GC Biopharma scores world's 1st approval for recombinant anthrax vaccine
GC Biopharma, a Korean biopharmaceutical firm, said on Tuesday it secured approval for the world’s first recombinant anthrax vaccine that doesn’t rely on live or cultured bacteria—making Korea the third country to achieve domestic anthrax vaccine production and marking its 39th locally developed new drug.
With the approval, Korea joins the U.S. and U.K. as one of the few nations capable of producing anthrax vaccines domestically.

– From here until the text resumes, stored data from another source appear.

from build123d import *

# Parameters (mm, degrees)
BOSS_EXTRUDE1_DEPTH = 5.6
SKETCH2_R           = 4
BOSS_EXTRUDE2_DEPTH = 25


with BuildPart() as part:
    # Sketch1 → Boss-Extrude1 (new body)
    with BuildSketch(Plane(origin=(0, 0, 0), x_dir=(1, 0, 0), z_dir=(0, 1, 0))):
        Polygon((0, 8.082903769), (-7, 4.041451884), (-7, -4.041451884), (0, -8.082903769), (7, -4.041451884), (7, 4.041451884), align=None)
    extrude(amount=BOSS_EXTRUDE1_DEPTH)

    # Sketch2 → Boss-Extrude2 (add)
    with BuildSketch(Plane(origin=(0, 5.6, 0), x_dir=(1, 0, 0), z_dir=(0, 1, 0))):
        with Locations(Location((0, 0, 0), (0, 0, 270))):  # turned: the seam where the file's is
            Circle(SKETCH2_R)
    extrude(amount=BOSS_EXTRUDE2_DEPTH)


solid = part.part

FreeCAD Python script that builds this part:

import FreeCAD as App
import Part
import Sketcher

V = App.Vector
Q = App.Units.Quantity


def add_polygon(sketch, points):
    """Adds a closed chain of lines whose ends are joined by coincident constraints."""
    first, n = sketch.GeometryCount, len(points)
    for a, b in zip(points, points[1:] + points[:1]):
        sketch.addGeometry(Part.LineSegment(App.Vector(*a, 0), App.Vector(*b, 0)), False)
    for i in range(n):
        sketch.addConstraint(Sketcher.Constraint("Coincident", first + i, 2, first + (i + 1) % n, 1))

doc = App.newDocument("Part")
body = doc.addObject("PartDesign::Body", "Body")

# Sketch on XZ plane
sketch1 = doc.addObject("Sketcher::SketchObject", "Sketch")
body.addObject(sketch1)
sketch1.AttachmentSupport = (doc.XZ_Plane, [""])
sketch1.MapMode = "FlatFace"
add_polygon(sketch1, [(0, -8), (-7, -4), (-7, 4), (0, 8), (7, 4), (7, -4)])  # lines 0-5
sketch1.addConstraint(Sketcher.Constraint("Vertical", 1))
sketch1.addConstraint(Sketcher.Constraint("Vertical", 4))
sketch1.addConstraint(Sketcher.Constraint("Symmetric", 0, 2, 3, 2, -1, 1))
sketch1.addConstraint(Sketcher.Constraint("Symmetric", 2, 2, 5, 2, -1, 1))
sketch1.addConstraint(Sketcher.Constraint("PointOnObject", 2, 2, -2))
sketch1.addConstraint(Sketcher.Constraint("Parallel", 2, 5))
sketch1.addConstraint(Sketcher.Constraint("Horizontal", 1, 2, 3, 2))
sketch1.addConstraint(Sketcher.Constraint("Angle", 0, Q("150 deg")))
sketch1.addConstraint(Sketcher.Constraint("DistanceX", 0, 2, -1, 1, 7.0))
sketch1.addConstraint(Sketcher.Constraint("DistanceY", 1, 1, 1, 2, 8.082904))
pad1 = doc.addObject("PartDesign::Pad", "Pad")
body.addObject(pad1)
pad1.Profile = sketch1
pad1.Length = 5.6
pad1.Reversed = True

# Sketch on XZ plane
sketch2 = doc.addObject("Sketcher::SketchObject", "Sketch001")
body.addObject(sketch2)
sketch2.AttachmentSupport = (doc.XZ_Plane, [""])
sketch2.MapMode = "FlatFace"
sketch2.AttachmentOffset = App.Placement(V(0, 0, -5.6), App.Rotation())
sketch2.addGeometry(Part.Circle(V(0, 0, 0), V(0, 0, 1), 4), False)
sketch2.addConstraint(Sketcher.Constraint("Coincident", 0, 3, -1, 1))
sketch2.addConstraint(Sketcher.Constraint("Diameter", 0, 8.0))
pad2 = doc.addObject("PartDesign::Pad", "Pad001")
body.addObject(pad2)
pad2.Profile = sketch2
pad2.Length = 25
pad2.Reversed = True

doc.recompute()
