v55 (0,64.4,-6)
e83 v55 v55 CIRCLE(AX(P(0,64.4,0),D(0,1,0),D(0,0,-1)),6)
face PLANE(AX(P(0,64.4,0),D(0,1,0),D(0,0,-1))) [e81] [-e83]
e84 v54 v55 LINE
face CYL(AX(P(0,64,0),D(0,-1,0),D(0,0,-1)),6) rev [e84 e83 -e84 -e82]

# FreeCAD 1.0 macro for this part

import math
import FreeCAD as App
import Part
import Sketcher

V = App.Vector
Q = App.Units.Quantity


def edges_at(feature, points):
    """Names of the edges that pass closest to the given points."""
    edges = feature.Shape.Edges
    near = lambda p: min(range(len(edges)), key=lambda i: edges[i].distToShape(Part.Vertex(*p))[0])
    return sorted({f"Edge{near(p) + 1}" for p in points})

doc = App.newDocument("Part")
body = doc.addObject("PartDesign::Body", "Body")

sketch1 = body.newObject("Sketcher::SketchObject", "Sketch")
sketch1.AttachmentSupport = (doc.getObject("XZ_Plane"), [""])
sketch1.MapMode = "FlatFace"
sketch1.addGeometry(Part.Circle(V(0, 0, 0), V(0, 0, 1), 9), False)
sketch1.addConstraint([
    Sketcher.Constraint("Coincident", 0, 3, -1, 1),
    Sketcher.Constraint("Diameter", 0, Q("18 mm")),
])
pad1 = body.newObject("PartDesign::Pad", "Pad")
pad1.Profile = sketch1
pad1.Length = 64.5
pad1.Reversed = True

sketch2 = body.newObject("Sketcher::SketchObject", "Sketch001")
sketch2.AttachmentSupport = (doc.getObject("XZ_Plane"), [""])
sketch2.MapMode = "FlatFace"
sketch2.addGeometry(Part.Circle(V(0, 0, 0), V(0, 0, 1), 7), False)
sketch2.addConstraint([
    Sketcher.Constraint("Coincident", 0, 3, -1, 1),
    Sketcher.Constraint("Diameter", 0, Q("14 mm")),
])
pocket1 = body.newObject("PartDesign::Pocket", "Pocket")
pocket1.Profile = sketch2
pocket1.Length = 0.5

Dubbed Barythrax, GC Biopharma said the vaccine is stockpile-ready and designed for bioterror preparedness, using genetically engineered protective antigens to trigger immunity without the safety risks tied to older, culture-based vaccines.
“This is the first genetically engineered anthrax vaccine to be successfully commercialized worldwide,” Korea Disease Control and Prevention Agency (KDCA) said in a statement, calling the move a milestone in securing national supply and ending reliance on imports.
Barythrax's greenlight caps nearly three decades of development, dating back to 1997 when health authorities first screened early candidates. GC Biopharma later joined as a partner to scale development, run clinical trials and submit the final application in October 2023.
The vaccine was evaluated under Korea’s emergency response act, which permits animal studies in place of phase 3 human trials for high-risk pathogens. In phase 2 studies, healthy adults produced strong neutralizing antibody responses with no serious side effects. Preclinical data showed durable antibody levels for at least six months post-dosing, with high survival rates in animals exposed to anthrax.
Anthrax remains classified as a tier-one notifiable disease in Korea, with known risks of aerosol transmission and environmental persistence. Until now, the country relied entirely on imports for its anthrax vaccine supply.
Barythrax flips that script. GC Biopharma said it will manufacture the vaccine at existing facilities and can ramp up production rapidly in a national emergency. The company also plans to pursue international markets, positioning Barythrax as a next-gen alternative to vaccines that use live bacteria or residual toxins.
“Beyond reducing costs, this approval locks in supply chain stability and sharpens our ability to respond quickly to biological threats,” KDCA Commissioner Jee Young-mee said.